(Data extracted from a collection)
***
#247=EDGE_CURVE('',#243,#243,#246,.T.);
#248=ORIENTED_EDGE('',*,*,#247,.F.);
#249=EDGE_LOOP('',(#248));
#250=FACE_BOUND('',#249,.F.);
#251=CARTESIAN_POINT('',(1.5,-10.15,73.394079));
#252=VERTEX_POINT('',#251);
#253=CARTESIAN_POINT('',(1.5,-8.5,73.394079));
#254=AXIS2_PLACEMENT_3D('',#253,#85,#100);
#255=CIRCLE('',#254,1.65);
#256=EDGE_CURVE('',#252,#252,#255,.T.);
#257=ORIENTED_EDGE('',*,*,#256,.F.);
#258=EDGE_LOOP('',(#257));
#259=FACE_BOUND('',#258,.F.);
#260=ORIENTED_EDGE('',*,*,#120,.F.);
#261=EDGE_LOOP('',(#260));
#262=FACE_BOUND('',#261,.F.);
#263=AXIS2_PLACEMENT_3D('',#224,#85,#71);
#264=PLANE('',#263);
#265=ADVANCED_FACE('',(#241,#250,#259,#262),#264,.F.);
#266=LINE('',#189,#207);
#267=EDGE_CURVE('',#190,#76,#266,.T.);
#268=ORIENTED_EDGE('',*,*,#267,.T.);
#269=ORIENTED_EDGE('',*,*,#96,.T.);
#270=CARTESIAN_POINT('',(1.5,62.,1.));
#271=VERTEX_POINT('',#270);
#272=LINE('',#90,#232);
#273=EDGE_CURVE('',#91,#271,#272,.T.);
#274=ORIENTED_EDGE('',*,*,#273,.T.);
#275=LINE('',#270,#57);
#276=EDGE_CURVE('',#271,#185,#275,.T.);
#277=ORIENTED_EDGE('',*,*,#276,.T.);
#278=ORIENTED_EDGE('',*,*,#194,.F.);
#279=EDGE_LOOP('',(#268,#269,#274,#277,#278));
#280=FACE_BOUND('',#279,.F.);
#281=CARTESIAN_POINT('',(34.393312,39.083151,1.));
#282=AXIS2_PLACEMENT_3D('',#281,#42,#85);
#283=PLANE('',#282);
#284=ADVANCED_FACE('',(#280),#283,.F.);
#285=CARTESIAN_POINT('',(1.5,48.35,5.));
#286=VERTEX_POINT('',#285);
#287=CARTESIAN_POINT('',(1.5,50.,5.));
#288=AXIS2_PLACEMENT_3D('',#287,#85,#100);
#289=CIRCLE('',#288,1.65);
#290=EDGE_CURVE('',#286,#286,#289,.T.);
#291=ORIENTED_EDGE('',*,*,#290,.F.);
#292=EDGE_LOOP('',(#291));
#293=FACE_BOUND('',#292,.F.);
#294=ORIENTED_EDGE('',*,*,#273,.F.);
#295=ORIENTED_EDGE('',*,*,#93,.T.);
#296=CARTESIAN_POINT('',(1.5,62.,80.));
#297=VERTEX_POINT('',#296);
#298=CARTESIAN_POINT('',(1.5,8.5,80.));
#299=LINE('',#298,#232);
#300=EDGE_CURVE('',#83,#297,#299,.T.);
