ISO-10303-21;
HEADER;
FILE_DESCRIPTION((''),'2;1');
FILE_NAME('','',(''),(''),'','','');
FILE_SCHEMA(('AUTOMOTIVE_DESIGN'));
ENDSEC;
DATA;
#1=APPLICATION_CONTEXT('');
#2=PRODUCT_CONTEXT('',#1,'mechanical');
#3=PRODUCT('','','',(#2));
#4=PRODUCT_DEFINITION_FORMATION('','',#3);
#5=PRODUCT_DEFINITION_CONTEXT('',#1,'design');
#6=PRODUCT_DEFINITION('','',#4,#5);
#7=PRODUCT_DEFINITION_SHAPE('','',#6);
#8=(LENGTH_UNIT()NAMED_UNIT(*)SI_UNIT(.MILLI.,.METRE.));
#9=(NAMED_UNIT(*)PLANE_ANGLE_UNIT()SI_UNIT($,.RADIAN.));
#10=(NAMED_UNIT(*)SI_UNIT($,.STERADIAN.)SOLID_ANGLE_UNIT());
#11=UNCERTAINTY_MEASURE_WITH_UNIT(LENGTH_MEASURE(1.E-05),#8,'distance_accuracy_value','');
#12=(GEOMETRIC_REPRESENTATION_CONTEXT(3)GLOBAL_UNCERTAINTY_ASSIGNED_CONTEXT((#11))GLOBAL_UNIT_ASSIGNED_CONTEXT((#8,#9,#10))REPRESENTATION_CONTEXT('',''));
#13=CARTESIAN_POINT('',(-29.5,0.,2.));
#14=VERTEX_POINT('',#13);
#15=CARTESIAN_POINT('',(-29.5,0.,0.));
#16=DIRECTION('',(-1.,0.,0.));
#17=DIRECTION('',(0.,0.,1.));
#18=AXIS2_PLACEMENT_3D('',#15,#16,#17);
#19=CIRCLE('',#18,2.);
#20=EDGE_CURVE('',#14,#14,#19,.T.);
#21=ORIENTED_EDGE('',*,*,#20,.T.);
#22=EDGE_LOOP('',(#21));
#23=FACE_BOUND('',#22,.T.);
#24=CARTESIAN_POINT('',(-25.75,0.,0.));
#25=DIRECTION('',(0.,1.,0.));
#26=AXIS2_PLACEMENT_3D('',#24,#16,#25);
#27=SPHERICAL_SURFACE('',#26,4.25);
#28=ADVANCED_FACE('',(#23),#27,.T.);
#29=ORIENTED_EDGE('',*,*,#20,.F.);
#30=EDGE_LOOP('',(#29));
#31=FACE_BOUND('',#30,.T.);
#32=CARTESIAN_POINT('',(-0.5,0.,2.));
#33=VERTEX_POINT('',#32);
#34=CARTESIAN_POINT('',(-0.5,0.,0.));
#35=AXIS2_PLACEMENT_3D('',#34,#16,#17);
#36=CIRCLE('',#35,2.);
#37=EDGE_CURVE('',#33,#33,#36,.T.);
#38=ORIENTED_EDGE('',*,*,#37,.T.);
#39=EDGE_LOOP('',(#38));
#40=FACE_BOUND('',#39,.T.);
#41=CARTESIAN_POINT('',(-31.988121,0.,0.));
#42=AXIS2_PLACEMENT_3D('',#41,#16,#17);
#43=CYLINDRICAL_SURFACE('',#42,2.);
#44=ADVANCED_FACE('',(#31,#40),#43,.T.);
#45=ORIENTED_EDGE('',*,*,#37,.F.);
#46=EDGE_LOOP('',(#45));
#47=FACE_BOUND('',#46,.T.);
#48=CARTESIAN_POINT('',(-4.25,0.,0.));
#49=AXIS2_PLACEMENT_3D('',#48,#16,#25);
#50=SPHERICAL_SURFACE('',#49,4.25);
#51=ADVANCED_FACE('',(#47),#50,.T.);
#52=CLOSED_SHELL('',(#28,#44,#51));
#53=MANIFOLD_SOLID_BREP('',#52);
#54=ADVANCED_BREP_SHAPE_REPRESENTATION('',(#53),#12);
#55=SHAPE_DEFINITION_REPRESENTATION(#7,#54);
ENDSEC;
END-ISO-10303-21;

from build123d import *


with BuildPart() as part:
    # Эскиз1 → Повернуть1 (revolve)
    with BuildSketch(Plane.XY):
        with BuildLine():
            Line((-0.5, 2), (-29.5, 2))
            ThreePointArc((-29.5, 2), (-29.873105626, 1.030776406), (-30, 0))
            Line((-30, 0), (0, 0))
            ThreePointArc((0, 0), (-0.126894374, 1.030776406), (-0.5, 2))
        make_face()
    revolve(axis=Axis((-31.988120837, 0, 0), (1, 0, 0)))


solid = part.part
***
# Required work
Return the records above verbatim, in their entirety.

# Response to this task
#247=EDGE_CURVE('',#243,#243,#246,.T.);
#248=ORIENTED_EDGE('',*,*,#247,.F.);
#249=EDGE_LOOP('',(#248));
#250=FACE_BOUND('',#249,.F.);
#251=CARTESIAN_POINT('',(1.5,-10.15,73.394079));
#252=VERTEX_POINT('',#251);
#253=CARTESIAN_POINT('',(1.5,-8.5,73.394079));
#254=AXIS2_PLACEMENT_3D('',#253,#85,#100);
#255=CIRCLE('',#254,1.65);
#256=EDGE_CURVE('',#252,#252,#255,.T.);
#257=ORIENTED_EDGE('',*,*,#256,.F.);
#258=EDGE_LOOP('',(#257));
#259=FACE_BOUND('',#258,.F.);
#260=ORIENTED_EDGE('',*,*,#120,.F.);
#261=EDGE_LOOP('',(#260));
#262=FACE_BOUND('',#261,.F.);
#263=AXIS2_PLACEMENT_3D('',#224,#85,#71);
#264=PLANE('',#263);
#265=ADVANCED_FACE('',(#241,#250,#259,#262),#264,.F.);
#266=LINE('',#189,#207);
#267=EDGE_CURVE('',#190,#76,#266,.T.);
#268=ORIENTED_EDGE('',*,*,#267,.T.);
#269=ORIENTED_EDGE('',*,*,#96,.T.);
#270=CARTESIAN_POINT('',(1.5,62.,1.));
#271=VERTEX_POINT('',#270);
#272=LINE('',#90,#232);
#273=EDGE_CURVE('',#91,#271,#272,.T.);
#274=ORIENTED_EDGE('',*,*,#273,.T.);
#275=LINE('',#270,#57);
#276=EDGE_CURVE('',#271,#185,#275,.T.);
#277=ORIENTED_EDGE('',*,*,#276,.T.);
#278=ORIENTED_EDGE('',*,*,#194,.F.);
#279=EDGE_LOOP('',(#268,#269,#274,#277,#278));
#280=FACE_BOUND('',#279,.F.);
#281=CARTESIAN_POINT('',(34.393312,39.083151,1.));
#282=AXIS2_PLACEMENT_3D('',#281,#42,#85);
#283=PLANE('',#282);
#284=ADVANCED_FACE('',(#280),#283,.F.);
#285=CARTESIAN_POINT('',(1.5,48.35,5.));
#286=VERTEX_POINT('',#285);
#287=CARTESIAN_POINT('',(1.5,50.,5.));
#288=AXIS2_PLACEMENT_3D('',#287,#85,#100);
#289=CIRCLE('',#288,1.65);
#290=EDGE_CURVE('',#286,#286,#289,.T.);
#291=ORIENTED_EDGE('',*,*,#290,.F.);
#292=EDGE_LOOP('',(#291));
#293=FACE_BOUND('',#292,.F.);
#294=ORIENTED_EDGE('',*,*,#273,.F.);
#295=ORIENTED_EDGE('',*,*,#93,.T.);
#296=CARTESIAN_POINT('',(1.5,62.,80.));
#297=VERTEX_POINT('',#296);
#298=CARTESIAN_POINT('',(1.5,8.5,80.));
#299=LINE('',#298,#232);
#300=EDGE_CURVE('',#83,#297,#299,.T.);
ISO-10303-21;
HEADER;
FILE_DESCRIPTION((''),'2;1');
FILE_NAME('','',(''),(''),'','','');
FILE_SCHEMA(('AUTOMOTIVE_DESIGN'));
ENDSEC;
DATA;
#1=APPLICATION_CONTEXT('');
#2=PRODUCT_CONTEXT('',#1,'mechanical');
#3=PRODUCT('','','',(#2));
#4=PRODUCT_DEFINITION_FORMATION('','',#3);
#5=PRODUCT_DEFINITION_CONTEXT('',#1,'design');
#6=PRODUCT_DEFINITION('','',#4,#5);
#7=PRODUCT_DEFINITION_SHAPE('','',#6);
#8=(LENGTH_UNIT()NAMED_UNIT(*)SI_UNIT(.MILLI.,.METRE.));
#9=(NAMED_UNIT(*)PLANE_ANGLE_UNIT()SI_UNIT($,.RADIAN.));
#10=(NAMED_UNIT(*)SI_UNIT($,.STERADIAN.)SOLID_ANGLE_UNIT());
#11=UNCERTAINTY_MEASURE_WITH_UNIT(LENGTH_MEASURE(1.E-05),#8,'distance_accuracy_value','');
#12=(GEOMETRIC_REPRESENTATION_CONTEXT(3)GLOBAL_UNCERTAINTY_ASSIGNED_CONTEXT((#11))GLOBAL_UNIT_ASSIGNED_CONTEXT((#8,#9,#10))REPRESENTATION_CONTEXT('',''));
#13=CARTESIAN_POINT('',(-29.5,0.,2.));
#14=VERTEX_POINT('',#13);
#15=CARTESIAN_POINT('',(-29.5,0.,0.));
#16=DIRECTION('',(-1.,0.,0.));
#17=DIRECTION('',(0.,0.,1.));
#18=AXIS2_PLACEMENT_3D('',#15,#16,#17);
#19=CIRCLE('',#18,2.);
#20=EDGE_CURVE('',#14,#14,#19,.T.);
#21=ORIENTED_EDGE('',*,*,#20,.T.);
#22=EDGE_LOOP('',(#21));
#23=FACE_BOUND('',#22,.T.);
#24=CARTESIAN_POINT('',(-25.75,0.,0.));
#25=DIRECTION('',(0.,1.,0.));
#26=AXIS2_PLACEMENT_3D('',#24,#16,#25);
#27=SPHERICAL_SURFACE('',#26,4.25);
#28=ADVANCED_FACE('',(#23),#27,.T.);
#29=ORIENTED_EDGE('',*,*,#20,.F.);
#30=EDGE_LOOP('',(#29));
#31=FACE_BOUND('',#30,.T.);
#32=CARTESIAN_POINT('',(-0.5,0.,2.));
#33=VERTEX_POINT('',#32);
#34=CARTESIAN_POINT('',(-0.5,0.,0.));
#35=AXIS2_PLACEMENT_3D('',#34,#16,#17);
#36=CIRCLE('',#35,2.);
#37=EDGE_CURVE('',#33,#33,#36,.T.);
#38=ORIENTED_EDGE('',*,*,#37,.T.);
#39=EDGE_LOOP('',(#38));
#40=FACE_BOUND('',#39,.T.);
#41=CARTESIAN_POINT('',(-31.988121,0.,0.));
#42=AXIS2_PLACEMENT_3D('',#41,#16,#17);
#43=CYLINDRICAL_SURFACE('',#42,2.);
#44=ADVANCED_FACE('',(#31,#40),#43,.T.);
#45=ORIENTED_EDGE('',*,*,#37,.F.);
#46=EDGE_LOOP('',(#45));
#47=FACE_BOUND('',#46,.T.);
#48=CARTESIAN_POINT('',(-4.25,0.,0.));
#49=AXIS2_PLACEMENT_3D('',#48,#16,#25);
#50=SPHERICAL_SURFACE('',#49,4.25);
#51=ADVANCED_FACE('',(#47),#50,.T.);
#52=CLOSED_SHELL('',(#28,#44,#51));
#53=MANIFOLD_SOLID_BREP('',#52);
#54=ADVANCED_BREP_SHAPE_REPRESENTATION('',(#53),#12);
#55=SHAPE_DEFINITION_REPRESENTATION(#7,#54);
ENDSEC;
END-ISO-10303-21;

from build123d import *


with BuildPart() as part:
    # Эскиз1 → Повернуть1 (revolve)
    with BuildSketch(Plane.XY):
        with BuildLine():
            Line((-0.5, 2), (-29.5, 2))
            ThreePointArc((-29.5, 2), (-29.873105626, 1.030776406), (-30, 0))
            Line((-30, 0), (0, 0))
            ThreePointArc((0, 0), (-0.126894374, 1.030776406), (-0.5, 2))
        make_face()
    revolve(axis=Axis((-31.988120837, 0, 0), (1, 0, 0)))


solid = part.part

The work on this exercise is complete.